Summer 2013

Grace Mbabazi, UCI patient
By Ignacio Lobos



Uganda, a country of 34 million people, is one of the world’s poorest nations, with nearly 40 percent of the population living on less than $2 per day.

On top of the poverty, Ugandans live in a tropical climate that harbors major life-threatening infectious diseases, such as malaria, HIV and tuberculosis.

There’s also cancer—particularly infection-related cancer, with six of the 10 most common cancers directly connected to viral and bacterial infections. The human papillomavirus (HPV) is common in the region, contributing to one of the highest burdens of cervical cancer cases worldwide.

Viruses also lead to lesser-known cancers such as Kaposi sarcoma, which affects mostly adults; and Burkitt lymphoma, whose tumors are caused by the Epstein-Barr virus. Endemic throughout tropical Africa, Burkitt lymphoma is the most common pediatric cancer in Uganda.

Issaac Muwanguzi, UCI patient
Issaac Muwanguzi, UCI patient

And yet, there’s not even a word for cancer in many of the Ugandan tribal languages. Those who watch their children battling Burkitt lymphoma only see its grotesque results: massive tumors that deform necks, faces and bellies. The “swellings,” they call them.

But something remarkable is happening in Uganda. Two researchers from vastly different continents have forged a partnership that brought their cancer research institutions together to conduct breakthrough research on infection-related cancers. As they go about their work, they’re saving lives.

Working together in the capital city of Kampala, Fred Hutch’s Dr. Corey Casper and the Uganda Cancer Institute’s Dr. Jackson Orem are keenly aware that they share ambitious goals.

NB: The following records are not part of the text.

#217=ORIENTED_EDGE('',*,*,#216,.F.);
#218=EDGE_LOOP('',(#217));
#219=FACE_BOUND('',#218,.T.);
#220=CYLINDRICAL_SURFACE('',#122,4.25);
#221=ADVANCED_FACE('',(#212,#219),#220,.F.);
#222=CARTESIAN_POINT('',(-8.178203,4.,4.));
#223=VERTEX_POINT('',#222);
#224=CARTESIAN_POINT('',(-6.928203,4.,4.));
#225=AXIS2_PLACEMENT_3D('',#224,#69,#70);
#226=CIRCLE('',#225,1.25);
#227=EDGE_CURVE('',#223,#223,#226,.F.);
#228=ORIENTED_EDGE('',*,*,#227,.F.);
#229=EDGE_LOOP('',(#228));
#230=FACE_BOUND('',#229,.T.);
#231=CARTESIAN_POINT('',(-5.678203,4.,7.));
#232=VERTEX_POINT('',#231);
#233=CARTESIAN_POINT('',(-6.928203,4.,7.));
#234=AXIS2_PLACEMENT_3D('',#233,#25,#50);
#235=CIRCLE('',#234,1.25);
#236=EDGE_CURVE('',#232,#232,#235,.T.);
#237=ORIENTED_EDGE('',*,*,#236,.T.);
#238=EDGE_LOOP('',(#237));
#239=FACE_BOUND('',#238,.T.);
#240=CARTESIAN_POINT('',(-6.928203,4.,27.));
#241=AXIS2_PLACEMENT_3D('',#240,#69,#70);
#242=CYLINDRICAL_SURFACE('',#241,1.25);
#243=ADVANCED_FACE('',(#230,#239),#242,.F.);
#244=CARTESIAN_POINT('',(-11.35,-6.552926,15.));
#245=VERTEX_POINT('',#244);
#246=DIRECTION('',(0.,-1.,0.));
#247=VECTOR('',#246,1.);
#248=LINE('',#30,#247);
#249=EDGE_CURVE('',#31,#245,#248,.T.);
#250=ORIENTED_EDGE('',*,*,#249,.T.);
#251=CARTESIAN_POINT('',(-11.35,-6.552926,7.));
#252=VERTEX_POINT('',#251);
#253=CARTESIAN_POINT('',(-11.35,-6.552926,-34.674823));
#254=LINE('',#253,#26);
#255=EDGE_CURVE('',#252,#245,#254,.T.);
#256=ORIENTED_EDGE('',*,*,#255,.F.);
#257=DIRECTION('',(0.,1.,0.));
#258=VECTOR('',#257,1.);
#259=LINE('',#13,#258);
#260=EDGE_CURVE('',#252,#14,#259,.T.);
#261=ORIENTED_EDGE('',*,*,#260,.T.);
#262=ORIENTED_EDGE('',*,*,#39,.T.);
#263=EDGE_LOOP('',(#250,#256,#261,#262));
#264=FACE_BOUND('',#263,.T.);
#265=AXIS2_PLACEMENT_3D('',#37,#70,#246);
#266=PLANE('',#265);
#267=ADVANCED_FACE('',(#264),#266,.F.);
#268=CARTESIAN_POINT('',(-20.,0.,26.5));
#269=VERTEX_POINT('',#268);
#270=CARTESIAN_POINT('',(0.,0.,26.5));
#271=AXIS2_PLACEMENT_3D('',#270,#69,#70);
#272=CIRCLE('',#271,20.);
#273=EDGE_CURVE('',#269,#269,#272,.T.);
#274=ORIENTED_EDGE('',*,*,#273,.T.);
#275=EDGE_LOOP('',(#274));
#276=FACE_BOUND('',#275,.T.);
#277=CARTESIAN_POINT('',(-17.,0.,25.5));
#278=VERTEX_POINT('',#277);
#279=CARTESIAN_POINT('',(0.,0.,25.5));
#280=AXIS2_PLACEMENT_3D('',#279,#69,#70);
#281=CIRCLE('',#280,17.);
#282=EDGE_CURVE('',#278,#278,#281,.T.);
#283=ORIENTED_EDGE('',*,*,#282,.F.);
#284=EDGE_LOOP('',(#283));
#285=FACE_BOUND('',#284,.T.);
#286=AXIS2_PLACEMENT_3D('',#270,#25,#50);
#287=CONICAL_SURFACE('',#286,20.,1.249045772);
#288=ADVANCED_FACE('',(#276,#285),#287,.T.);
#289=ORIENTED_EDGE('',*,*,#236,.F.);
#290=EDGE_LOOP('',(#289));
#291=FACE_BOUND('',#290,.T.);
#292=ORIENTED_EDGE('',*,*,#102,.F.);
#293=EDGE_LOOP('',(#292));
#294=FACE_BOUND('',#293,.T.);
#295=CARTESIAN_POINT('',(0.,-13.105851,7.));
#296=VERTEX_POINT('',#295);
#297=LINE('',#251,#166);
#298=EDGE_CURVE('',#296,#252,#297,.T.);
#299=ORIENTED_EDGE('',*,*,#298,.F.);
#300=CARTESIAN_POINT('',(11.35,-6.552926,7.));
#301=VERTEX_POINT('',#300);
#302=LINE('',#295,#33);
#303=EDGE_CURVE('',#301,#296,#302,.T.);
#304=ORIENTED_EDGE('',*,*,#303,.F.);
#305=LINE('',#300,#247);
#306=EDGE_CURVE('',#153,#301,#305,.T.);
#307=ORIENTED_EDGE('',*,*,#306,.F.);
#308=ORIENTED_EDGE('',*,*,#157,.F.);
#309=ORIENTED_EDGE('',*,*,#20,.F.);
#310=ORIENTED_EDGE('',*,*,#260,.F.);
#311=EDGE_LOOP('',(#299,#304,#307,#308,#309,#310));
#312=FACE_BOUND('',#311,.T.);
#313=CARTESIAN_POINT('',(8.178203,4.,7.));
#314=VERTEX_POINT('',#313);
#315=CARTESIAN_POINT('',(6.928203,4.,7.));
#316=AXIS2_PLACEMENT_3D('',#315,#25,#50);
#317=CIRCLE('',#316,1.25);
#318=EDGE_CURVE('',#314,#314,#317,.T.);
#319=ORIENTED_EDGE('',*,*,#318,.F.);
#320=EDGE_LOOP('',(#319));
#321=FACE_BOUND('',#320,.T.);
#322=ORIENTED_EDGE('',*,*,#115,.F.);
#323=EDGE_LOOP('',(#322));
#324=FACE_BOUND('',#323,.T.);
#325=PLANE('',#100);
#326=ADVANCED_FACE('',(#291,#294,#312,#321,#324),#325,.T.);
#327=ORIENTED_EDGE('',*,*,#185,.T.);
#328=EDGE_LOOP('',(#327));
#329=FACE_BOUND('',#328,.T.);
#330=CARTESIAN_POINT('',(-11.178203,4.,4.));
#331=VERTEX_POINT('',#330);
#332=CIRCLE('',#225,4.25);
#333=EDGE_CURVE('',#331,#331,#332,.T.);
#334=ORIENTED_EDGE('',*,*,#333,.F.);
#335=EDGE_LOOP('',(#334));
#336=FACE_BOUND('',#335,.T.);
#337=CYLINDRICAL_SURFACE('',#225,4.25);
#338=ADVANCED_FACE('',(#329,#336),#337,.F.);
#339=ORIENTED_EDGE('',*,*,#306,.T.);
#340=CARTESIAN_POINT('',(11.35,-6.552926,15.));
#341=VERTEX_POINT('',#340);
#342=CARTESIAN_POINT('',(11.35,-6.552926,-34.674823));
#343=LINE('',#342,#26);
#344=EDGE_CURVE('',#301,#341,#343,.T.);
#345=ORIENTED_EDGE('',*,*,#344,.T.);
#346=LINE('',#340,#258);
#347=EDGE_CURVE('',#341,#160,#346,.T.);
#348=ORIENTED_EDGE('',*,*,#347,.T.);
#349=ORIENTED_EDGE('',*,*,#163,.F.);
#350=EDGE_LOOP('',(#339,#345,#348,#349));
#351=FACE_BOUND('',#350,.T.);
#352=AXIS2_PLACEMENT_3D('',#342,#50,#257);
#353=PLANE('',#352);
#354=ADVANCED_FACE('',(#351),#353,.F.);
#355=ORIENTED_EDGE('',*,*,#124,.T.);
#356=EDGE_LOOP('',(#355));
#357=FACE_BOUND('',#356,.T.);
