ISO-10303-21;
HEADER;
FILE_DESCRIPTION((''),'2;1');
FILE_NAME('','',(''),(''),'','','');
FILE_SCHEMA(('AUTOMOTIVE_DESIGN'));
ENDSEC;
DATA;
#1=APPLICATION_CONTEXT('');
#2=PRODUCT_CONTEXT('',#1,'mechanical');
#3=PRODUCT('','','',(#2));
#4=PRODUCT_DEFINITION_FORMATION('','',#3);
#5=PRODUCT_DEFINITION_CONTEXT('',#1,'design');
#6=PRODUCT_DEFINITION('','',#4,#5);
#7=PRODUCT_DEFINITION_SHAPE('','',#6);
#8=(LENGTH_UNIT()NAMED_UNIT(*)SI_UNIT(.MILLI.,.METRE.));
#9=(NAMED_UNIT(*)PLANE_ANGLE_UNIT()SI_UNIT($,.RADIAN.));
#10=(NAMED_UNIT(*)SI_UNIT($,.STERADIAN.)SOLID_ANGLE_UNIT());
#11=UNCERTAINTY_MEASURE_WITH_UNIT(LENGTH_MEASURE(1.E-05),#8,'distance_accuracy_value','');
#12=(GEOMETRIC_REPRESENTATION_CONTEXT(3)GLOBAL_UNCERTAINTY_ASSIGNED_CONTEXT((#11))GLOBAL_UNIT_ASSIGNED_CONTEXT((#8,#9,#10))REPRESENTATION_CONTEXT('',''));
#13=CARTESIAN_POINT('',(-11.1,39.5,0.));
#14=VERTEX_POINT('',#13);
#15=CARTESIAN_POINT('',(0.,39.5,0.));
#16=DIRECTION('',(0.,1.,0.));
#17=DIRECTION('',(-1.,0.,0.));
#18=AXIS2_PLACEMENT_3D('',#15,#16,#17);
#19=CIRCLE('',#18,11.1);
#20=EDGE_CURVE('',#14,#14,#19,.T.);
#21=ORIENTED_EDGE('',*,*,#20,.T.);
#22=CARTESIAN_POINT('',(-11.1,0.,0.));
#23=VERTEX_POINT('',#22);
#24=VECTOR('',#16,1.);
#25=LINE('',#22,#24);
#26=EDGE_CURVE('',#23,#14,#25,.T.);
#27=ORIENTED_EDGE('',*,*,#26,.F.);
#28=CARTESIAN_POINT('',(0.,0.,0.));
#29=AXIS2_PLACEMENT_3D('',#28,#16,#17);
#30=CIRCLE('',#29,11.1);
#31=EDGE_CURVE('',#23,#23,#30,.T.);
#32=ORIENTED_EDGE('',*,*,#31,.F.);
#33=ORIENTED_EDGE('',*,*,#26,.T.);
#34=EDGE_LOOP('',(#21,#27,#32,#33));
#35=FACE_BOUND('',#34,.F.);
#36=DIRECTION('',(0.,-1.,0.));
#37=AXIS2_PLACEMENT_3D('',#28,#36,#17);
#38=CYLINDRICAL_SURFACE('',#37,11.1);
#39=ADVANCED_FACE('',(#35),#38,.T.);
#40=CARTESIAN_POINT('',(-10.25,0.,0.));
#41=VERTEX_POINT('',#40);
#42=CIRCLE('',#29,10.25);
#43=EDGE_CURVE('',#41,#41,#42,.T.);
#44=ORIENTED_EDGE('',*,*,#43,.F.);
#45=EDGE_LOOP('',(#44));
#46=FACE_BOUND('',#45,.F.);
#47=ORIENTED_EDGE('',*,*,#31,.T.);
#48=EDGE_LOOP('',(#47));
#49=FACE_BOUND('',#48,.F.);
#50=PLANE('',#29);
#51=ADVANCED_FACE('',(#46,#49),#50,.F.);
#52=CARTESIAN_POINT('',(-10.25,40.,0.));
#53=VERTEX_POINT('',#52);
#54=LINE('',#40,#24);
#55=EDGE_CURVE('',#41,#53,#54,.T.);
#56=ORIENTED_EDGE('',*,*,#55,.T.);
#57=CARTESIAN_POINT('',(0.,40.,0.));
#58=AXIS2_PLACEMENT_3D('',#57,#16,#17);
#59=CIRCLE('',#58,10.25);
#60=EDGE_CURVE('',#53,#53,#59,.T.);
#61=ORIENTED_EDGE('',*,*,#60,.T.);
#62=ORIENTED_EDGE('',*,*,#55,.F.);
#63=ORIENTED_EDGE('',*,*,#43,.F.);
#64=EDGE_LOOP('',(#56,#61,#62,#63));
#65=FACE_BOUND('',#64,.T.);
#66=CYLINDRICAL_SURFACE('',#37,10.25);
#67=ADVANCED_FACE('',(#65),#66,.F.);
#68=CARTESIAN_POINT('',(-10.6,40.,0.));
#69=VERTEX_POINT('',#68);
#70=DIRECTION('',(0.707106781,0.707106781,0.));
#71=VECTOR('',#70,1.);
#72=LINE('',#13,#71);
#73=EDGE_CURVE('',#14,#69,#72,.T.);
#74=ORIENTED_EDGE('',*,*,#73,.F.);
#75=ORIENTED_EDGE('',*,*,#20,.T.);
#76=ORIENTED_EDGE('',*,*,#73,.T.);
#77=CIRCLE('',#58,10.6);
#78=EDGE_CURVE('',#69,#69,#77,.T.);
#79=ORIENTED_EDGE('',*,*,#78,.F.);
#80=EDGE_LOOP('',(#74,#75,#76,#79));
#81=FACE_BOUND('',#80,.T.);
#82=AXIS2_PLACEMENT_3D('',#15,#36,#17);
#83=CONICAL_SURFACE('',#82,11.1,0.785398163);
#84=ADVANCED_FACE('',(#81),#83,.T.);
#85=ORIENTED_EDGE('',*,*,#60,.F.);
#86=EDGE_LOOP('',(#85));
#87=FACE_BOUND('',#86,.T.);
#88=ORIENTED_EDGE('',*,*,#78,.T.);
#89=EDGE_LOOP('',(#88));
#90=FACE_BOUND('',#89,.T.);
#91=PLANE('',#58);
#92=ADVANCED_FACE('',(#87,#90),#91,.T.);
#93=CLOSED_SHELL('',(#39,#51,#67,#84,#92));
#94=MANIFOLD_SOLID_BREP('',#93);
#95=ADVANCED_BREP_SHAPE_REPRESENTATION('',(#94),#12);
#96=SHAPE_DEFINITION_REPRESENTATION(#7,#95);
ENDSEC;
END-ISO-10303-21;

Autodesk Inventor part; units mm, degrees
ref_plane "YZ Plane" through (0, 0, 0) normal (1, 0, 0) x (0, 1, 0)
ref_plane "XZ Plane" through (0, 0, 0) normal (0, 1, 0) x (-1, 0, 0)
ref_plane "XY Plane" through (0, 0, 0) normal (0, 0, 1) x (1, 0, 0)
sketch "Szkic1" plane through (0, 0, 0) normal (0, 1, 0) x (-1, 0, 0)
  circle A0 centre (0, 0) radius 10.25
  circle A1 centre (0, 0) radius 11.1
  dimension "d0" = 20.5
  dimension "d1" = 22.2
extrude "Wyciągnięcie proste1" add sketch "Szkic1" along normal blind 40
chamfer "Faza1" distance 0.5 angle 45 1 edges at (11.1, 40, 0)
properties part number "pierscien nr 1 gorny v3"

The partnership, formed in 2004 and known as the UCI/Hutchinson Center Cancer Alliance, is conducting innovative infection-related cancer research, training a new generation of clinicians and researchers, and enhancing cancer treatment for adults and children.

“There’s the prospect for discovering new causes of cancer, maybe new infections that we do not know anything about that are unique to environments like the one in Africa,” said Orem, director of UCI. “We know that close to 35 percent of cancers in the developing countries and in Africa may be related to infection, and we may be underestimating. There may be even many other viruses out there yet to be discovered.”

That makes Uganda a suitable place for Fred Hutch to conduct its research. With world-leading research programs in both cancer and infectious disease and unparalleled experiences with international research collaborations, Fred Hutch’s unique partnership with the Uganda Cancer Institute is already paying dividends.

Fred Hutch has trained a dozen Ugandan cancer specialists, who are now back in their country working to alleviate the cancer burden. The partnership has conducted 25 research studies with more than 7,000 Ugandans. It has yielded a new diagnostic test being used in Uganda and Seattle to better diagnose the presence of EBV and help determine if patients are at higher risk of lymphoma.

The UCI/Hutchinson Center Alliance has collaboratively developed a treatment protocol for Burkitt lymphoma. Led by the program’s Managing Director Erica Sessle, this project will treat all children with Burkitt lymphoma at the UCI with a set of standardized care guidelines.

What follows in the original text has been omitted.